◆ **DATA LISTING**:
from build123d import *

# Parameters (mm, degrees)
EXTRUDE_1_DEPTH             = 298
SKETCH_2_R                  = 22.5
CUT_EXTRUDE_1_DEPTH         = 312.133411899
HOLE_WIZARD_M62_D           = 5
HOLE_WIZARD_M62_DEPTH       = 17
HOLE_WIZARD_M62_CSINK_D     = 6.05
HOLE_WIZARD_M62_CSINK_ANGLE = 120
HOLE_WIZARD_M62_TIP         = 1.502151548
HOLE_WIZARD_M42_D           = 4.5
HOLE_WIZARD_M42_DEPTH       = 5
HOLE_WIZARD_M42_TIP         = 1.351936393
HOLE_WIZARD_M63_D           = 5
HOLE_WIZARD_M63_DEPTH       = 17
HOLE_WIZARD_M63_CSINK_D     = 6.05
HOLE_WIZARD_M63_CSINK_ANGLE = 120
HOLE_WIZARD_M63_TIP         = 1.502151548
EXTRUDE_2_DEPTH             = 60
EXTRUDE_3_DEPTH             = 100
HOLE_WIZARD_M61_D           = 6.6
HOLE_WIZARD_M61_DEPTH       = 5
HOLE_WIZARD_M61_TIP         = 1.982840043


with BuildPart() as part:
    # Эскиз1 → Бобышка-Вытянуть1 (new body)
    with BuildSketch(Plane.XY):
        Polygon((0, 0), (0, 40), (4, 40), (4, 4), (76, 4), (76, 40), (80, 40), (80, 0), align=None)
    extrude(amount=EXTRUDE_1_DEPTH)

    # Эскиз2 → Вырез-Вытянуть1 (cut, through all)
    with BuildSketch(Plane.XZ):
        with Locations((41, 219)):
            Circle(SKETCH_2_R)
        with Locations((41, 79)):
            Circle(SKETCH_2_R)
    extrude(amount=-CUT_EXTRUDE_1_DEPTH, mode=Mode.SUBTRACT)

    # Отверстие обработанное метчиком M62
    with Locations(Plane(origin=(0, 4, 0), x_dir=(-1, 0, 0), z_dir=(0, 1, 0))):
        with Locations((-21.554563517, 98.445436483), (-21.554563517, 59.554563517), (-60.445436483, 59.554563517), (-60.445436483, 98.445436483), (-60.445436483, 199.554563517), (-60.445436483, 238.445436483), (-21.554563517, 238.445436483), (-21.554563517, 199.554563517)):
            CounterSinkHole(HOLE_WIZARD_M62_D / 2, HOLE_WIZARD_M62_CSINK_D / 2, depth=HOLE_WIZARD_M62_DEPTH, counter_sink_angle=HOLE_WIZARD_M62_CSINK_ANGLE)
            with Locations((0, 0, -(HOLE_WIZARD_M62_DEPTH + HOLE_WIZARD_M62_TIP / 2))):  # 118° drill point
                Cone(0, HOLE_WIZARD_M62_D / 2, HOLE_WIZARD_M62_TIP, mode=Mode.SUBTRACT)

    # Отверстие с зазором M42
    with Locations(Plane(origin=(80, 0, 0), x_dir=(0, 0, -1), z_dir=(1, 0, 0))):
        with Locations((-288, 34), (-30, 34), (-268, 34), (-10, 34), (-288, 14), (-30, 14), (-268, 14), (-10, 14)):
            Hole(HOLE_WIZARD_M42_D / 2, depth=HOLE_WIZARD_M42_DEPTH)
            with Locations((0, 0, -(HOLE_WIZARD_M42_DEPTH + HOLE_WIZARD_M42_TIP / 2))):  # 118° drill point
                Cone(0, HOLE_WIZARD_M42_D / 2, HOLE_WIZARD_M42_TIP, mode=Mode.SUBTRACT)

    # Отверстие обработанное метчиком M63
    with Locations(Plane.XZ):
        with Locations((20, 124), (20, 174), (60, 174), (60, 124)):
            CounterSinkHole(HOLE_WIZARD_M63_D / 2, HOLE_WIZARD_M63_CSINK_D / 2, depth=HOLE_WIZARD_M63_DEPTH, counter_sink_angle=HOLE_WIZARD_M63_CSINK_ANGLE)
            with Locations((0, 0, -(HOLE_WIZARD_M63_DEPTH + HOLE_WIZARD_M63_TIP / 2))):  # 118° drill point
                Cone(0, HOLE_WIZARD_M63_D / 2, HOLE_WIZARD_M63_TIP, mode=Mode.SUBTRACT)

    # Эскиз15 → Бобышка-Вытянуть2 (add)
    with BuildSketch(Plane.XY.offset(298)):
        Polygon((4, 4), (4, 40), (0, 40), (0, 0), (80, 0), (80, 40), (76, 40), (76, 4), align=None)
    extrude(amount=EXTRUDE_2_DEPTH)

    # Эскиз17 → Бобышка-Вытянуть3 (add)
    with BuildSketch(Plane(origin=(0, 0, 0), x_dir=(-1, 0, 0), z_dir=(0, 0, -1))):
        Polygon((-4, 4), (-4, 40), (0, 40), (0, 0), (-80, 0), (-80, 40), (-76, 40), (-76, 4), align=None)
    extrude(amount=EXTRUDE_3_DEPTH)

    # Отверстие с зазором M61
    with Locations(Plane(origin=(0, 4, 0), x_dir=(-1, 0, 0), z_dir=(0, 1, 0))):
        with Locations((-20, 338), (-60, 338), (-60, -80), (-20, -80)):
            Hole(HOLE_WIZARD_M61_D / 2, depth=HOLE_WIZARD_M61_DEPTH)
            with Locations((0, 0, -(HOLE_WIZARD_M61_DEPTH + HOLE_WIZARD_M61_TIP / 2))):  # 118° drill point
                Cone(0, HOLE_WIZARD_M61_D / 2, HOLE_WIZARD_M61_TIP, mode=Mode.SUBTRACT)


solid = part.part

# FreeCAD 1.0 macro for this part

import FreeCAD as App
import Part
import Sketcher
from FreeCAD import Vector

doc = App.newDocument("Part")
params = doc.addObject("Spreadsheet::Sheet", "Params")
for row, (alias, value) in enumerate([
    ("sketch1_width", "80 mm"),
    ("sketch1_width2", "4 mm"),
    ("sketch1_height", "40 mm"),
    ("sketch1_height2", "36 mm"),
    ("pad1_length", "298 mm"),
    ("sketch2_diameter", "45 mm"),
    ("sketch3_diameter", "5 mm"),
    ("hole_diameter", "5 mm"),
    ("hole_depth", "17 mm"),
    ("hole_csink_diameter", "6.05 mm"),
    ("sketch4_diameter", "4.5 mm"),
    ("hole2_diameter", "4.5 mm"),
    ("hole2_depth", "5 mm"),
    ("sketch5_diameter", "5 mm"),
    ("hole3_diameter", "5 mm"),
    ("hole3_depth", "17 mm"),
    ("hole3_csink_diameter", "6.05 mm"),
    ("sketch6_width", "4 mm"),
    ("sketch6_width2", "80 mm"),
    ("sketch6_height", "36 mm"),
    ("sketch6_height2", "40 mm"),
    ("pad2_length", "60 mm"),
    ("sketch7_width", "72 mm"),
    ("sketch7_width2", "4 mm"),
    ("sketch7_height", "36 mm"),
    ("sketch7_height2", "40 mm"),
    ("pad3_length", "100 mm"),
    ("sketch8_diameter", "6.6 mm"),
    ("hole4_diameter", "6.6 mm"),
    ("hole4_depth", "5 mm"),
], start=1):
    params.set(f"A{row}", alias)
    params.set(f"B{row}", "=" + value)
    params.setAlias(f"B{row}", alias)

body = doc.addObject("PartDesign::Body", "Body")

sketch1 = doc.addObject("Sketcher::SketchObject", "Sketch")
body.addObject(sketch1)
sketch1.AttachmentSupport = (doc.XY_Plane, [""])
sketch1.MapMode = "FlatFace"
sketch1.addGeometry(Part.LineSegment(Vector(0, 40, 0), Vector(0, 0, 0)), False)
sketch1.addGeometry(Part.LineSegment(Vector(0, 0, 0), Vector(80, 0, 0)), False)
sketch1.addGeometry(Part.LineSegment(Vector(80, 0, 0), Vector(80, 40, 0)), False)
sketch1.addGeometry(Part.LineSegment(Vector(80, 40, 0), Vector(76, 40, 0)), False)
sketch1.addGeometry(Part.LineSegment(Vector(76, 40, 0), Vector(76, 4, 0)), False)
sketch1.addGeometry(Part.LineSegment(Vector(76, 4, 0), Vector(4, 4, 0)), False)
sketch1.addGeometry(Part.LineSegment(Vector(4, 4, 0), Vector(4, 40, 0)), False)
sketch1.addGeometry(Part.LineSegment(Vector(4, 40, 0), Vector(0, 40, 0)), False)
sketch1.addConstraint(Sketcher.Constraint("Coincident", 0, 2, 1, 1))
sketch1.addConstraint(Sketcher.Constraint("Coincident", 1, 2, 2, 1))
sketch1.addConstraint(Sketcher.Constraint("Coincident", 2, 2, 3, 1))
sketch1.addConstraint(Sketcher.Constraint("Coincident", 3, 2, 4, 1))
sketch1.addConstraint(Sketcher.Constraint("Coincident", 4, 2, 5, 1))
sketch1.addConstraint(Sketcher.Constraint("Coincident", 5, 2, 6, 1))
sketch1.addConstraint(Sketcher.Constraint("Coincident", 6, 2, 7, 1))
sketch1.addConstraint(Sketcher.Constraint("Coincident", 7, 2, 0, 1))
sketch1.addConstraint(Sketcher.Constraint("Vertical", 0))
sketch1.addConstraint(Sketcher.Constraint("Horizontal", 1))
sketch1.addConstraint(Sketcher.Constraint("Vertical", 2))
sketch1.addConstraint(Sketcher.Constraint("Horizontal", 3))
sketch1.addConstraint(Sketcher.Constraint("Vertical", 4))
sketch1.addConstraint(Sketcher.Constraint("Horizontal", 5))
sketch1.addConstraint(Sketcher.Constraint("Vertical", 6))
sketch1.addConstraint(Sketcher.Constraint("Horizontal", 7))
sketch1.addConstraint(Sketcher.Constraint("Coincident", 0, 2, -1, 1))
sketch1.addConstraint(Sketcher.Constraint("Horizontal", 3, 2, 6, 2))
sketch1.addConstraint(Sketcher.Constraint("Equal", 3, 7))
sketch1.addConstraint(Sketcher.Constraint("DistanceX", 1, 1, 1, 2, 80.0))
sketch1.addConstraint(Sketcher.Constraint("DistanceX", 3, 2, 3, 1, 4.0))
sketch1.addConstraint(Sketcher.Constraint("DistanceY", 0, 2, 0, 1, 40.0))
sketch1.addConstraint(Sketcher.Constraint("DistanceY", 4, 2, 4, 1, 36.0))
sketch1.setExpression("Constraints[19]", "Params.sketch1_width")
sketch1.setExpression("Constraints[20]", "Params.sketch1_width2")
sketch1.setExpression("Constraints[21]", "Params.sketch1_height")
sketch1.setExpression("Constraints[22]", "Params.sketch1_height2")
pad1 = doc.addObject("PartDesign::Pad", "Pad")
body.addObject(pad1)
pad1.Profile = sketch1
pad1.setExpression("Length", "Params.pad1_length")

sketch2 = doc.addObject("Sketcher::SketchObject", "Sketch001")
body.addObject(sketch2)
sketch2.AttachmentSupport = (doc.XZ_Plane, [""])
sketch2.MapMode = "FlatFace"
sketch2.addGeometry(Part.Circle(Vector(41, 219, 0), Vector(0, 0, 1), 22), False)
sketch2.addGeometry(Part.Circle(Vector(41, 79, 0), Vector(0, 0, 1), 22), False)
sketch2.addConstraint(Sketcher.Constraint("Equal", 0, 1))
sketch2.addConstraint(Sketcher.Constraint("Vertical", 0, 3, 1, 3))
sketch2.addConstraint(Sketcher.Constraint("Diameter", 0, 45.0))
sketch2.addConstraint(Sketcher.Constraint("DistanceX", -1, 1, 0, 3, 41.0))
sketch2.addConstraint(Sketcher.Constraint("DistanceY", -1, 1, 0, 3, 219.0))
sketch2.addConstraint(Sketcher.Constraint("DistanceY", -1, 1, 1, 3, 79.0))
sketch2.setExpression("Constraints[2]", "Params.sketch2_diameter")
pocket1 = doc.addObject("PartDesign::Pocket", "Pocket")
body.addObject(pocket1)
pocket1.Profile = sketch2
pocket1.Type = "ThroughAll"

sketch3 = doc.addObject("Sketcher::SketchObject", "Sketch002")
body.addObject(sketch3)
sketch3.AttachmentSupport = (doc.XZ_Plane, [""])
sketch3.MapMode = "FlatFace"
sketch3.AttachmentOffset = App.Placement(Vector(0, 0, -4), App.Rotation())
sketch3.addGeometry(Part.Circle(Vector(21.6, 98.4, 0), Vector(0, 0, 1), 2.5), False)
sketch3.addGeometry(Part.Circle(Vector(21.6, 59.6, 0), Vector(0, 0, 1), 2.5), False)
sketch3.addGeometry(Part.Circle(Vector(60.4, 59.6, 0), Vector(0, 0, 1), 2.5), False)
sketch3.addGeometry(Part.Circle(Vector(60.4, 98.4, 0), Vector(0, 0, 1), 2.5), False)
sketch3.addGeometry(Part.Circle(Vector(60.4, 199.6, 0), Vector(0, 0, 1), 2.5), False)
sketch3.addGeometry(Part.Circle(Vector(60.4, 238.4, 0), Vector(0, 0, 1), 2.5), False)
sketch3.addGeometry(Part.Circle(Vector(21.6, 238.4, 0), Vector(0, 0, 1), 2.5), False)
sketch3.addGeometry(Part.Circle(Vector(21.6, 199.6, 0), Vector(0, 0, 1), 2.5), False)
sketch3.addConstraint(Sketcher.Constraint("Equal", 0, 1))
sketch3.addConstraint(Sketcher.Constraint("Equal", 1, 2))
sketch3.addConstraint(Sketcher.Constraint("Equal", 2, 3))
sketch3.addConstraint(Sketcher.Constraint("Equal", 3, 4))
sketch3.addConstraint(Sketcher.Constraint("Equal", 4, 5))
sketch3.addConstraint(Sketcher.Constraint("Equal", 5, 6))
sketch3.addConstraint(Sketcher.Constraint("Equal", 6, 7))
sketch3.addConstraint(Sketcher.Constraint("Horizontal", 1, 3, 2, 3))
sketch3.addConstraint(Sketcher.Constraint("Horizontal", 0, 3, 3, 3))
sketch3.addConstraint(Sketcher.Constraint("Horizontal", 5, 3, 6, 3))
sketch3.addConstraint(Sketcher.Constraint("Horizontal", 4, 3, 7, 3))
sketch3.addConstraint(Sketcher.Constraint("Vertical", 0, 3, 1, 3))
sketch3.addConstraint(Sketcher.Constraint("Vertical", 2, 3, 3, 3))
sketch3.addConstraint(Sketcher.Constraint("Vertical", 3, 3, 4, 3))
sketch3.addConstraint(Sketcher.Constraint("Vertical", 4, 3, 5, 3))
sketch3.addConstraint(Sketcher.Constraint("Vertical", 1, 3, 6, 3))
sketch3.addConstraint(Sketcher.Constraint("Vertical", 6, 3, 7, 3))
sketch3.addConstraint(Sketcher.Constraint("Diameter", 0, 5.0))
sketch3.addConstraint(Sketcher.Constraint("DistanceY", 2, 3, 4, 3, 140.0))
sketch3.addConstraint(Sketcher.Constraint("DistanceY", 3, 3, 5, 3, 140.0))
sketch3.addConstraint(Sketcher.Constraint("DistanceX", -1, 1, 0, 3, 21.554564))
sketch3.addConstraint(Sketcher.Constraint("DistanceY", -1, 1, 0, 3, 98.445436))
sketch3.addConstraint(Sketcher.Constraint("DistanceY", -1, 1, 1, 3, 59.554564))
sketch3.addConstraint(Sketcher.Constraint("DistanceX", -1, 1, 2, 3, 60.445436))
sketch3.setExpression("Constraints[17]", "Params.sketch3_diameter")
doc.recompute()
hole = doc.addObject("PartDesign::Hole", "Hole")
body.addObject(hole)
hole.Profile = sketch3
hole.ThreadType = "None"
hole.setExpression("Diameter", "Params.hole_diameter")
hole.DepthType = "Dimension"
hole.setExpression("Depth", "Params.hole_depth")
hole.DrillPoint = "Angled"
hole.DrillPointAngle = 118
hole.HoleCutType = "Countersink"
hole.setExpression("HoleCutDiameter", "Params.hole_csink_diameter")
hole.HoleCutCountersinkAngle = 120
hole.Reversed = True

sketch4 = doc.addObject("Sketcher::SketchObject", "Sketch003")
body.addObject(sketch4)
sketch4.AttachmentSupport = (doc.YZ_Plane, [""])
sketch4.MapMode = "FlatFace"
sketch4.AttachmentOffset = App.Placement(Vector(0, 0, 80), App.Rotation())
sketch4.addGeometry(Part.Circle(Vector(34, 288, 0), Vector(0, 0, 1), 2.2), False)
sketch4.addGeometry(Part.Circle(Vector(34, 30, 0), Vector(0, 0, 1), 2.2), False)
sketch4.addGeometry(Part.Circle(Vector(34, 268, 0), Vector(0, 0, 1), 2.2), False)
sketch4.addGeometry(Part.Circle(Vector(34, 10, 0), Vector(0, 0, 1), 2.2), False)
sketch4.addGeometry(Part.Circle(Vector(14, 288, 0), Vector(0, 0, 1), 2.2), False)
sketch4.addGeometry(Part.Circle(Vector(14, 30, 0), Vector(0, 0, 1), 2.2), False)
sketch4.addGeometry(Part.Circle(Vector(14, 268, 0), Vector(0, 0, 1), 2.2), False)
sketch4.addGeometry(Part.Circle(Vector(14, 10, 0), Vector(0, 0, 1), 2.2), False)
sketch4.addConstraint(Sketcher.Constraint("Equal", 0, 1))
sketch4.addConstraint(Sketcher.Constraint("Equal", 1, 2))
sketch4.addConstraint(Sketcher.Constraint("Equal", 2, 3))
sketch4.addConstraint(Sketcher.Constraint("Equal", 3, 4))
sketch4.addConstraint(Sketcher.Constraint("Equal", 4, 5))
sketch4.addConstraint(Sketcher.Constraint("Equal", 5, 6))
sketch4.addConstraint(Sketcher.Constraint("Equal", 6, 7))
sketch4.addConstraint(Sketcher.Constraint("Horizontal", 0, 3, 4, 3))
sketch4.addConstraint(Sketcher.Constraint("Horizontal", 1, 3, 5, 3))
sketch4.addConstraint(Sketcher.Constraint("Horizontal", 2, 3, 6, 3))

◆ **ABOUT THIS TASK**: Isolate the lines above that contain the word "Бобышка" and copy them.

◆ **TASK ANSWER**:
    # Эскиз1 → Бобышка-Вытянуть1 (new body)
    # Эскиз15 → Бобышка-Вытянуть2 (add)
    # Эскиз17 → Бобышка-Вытянуть3 (add)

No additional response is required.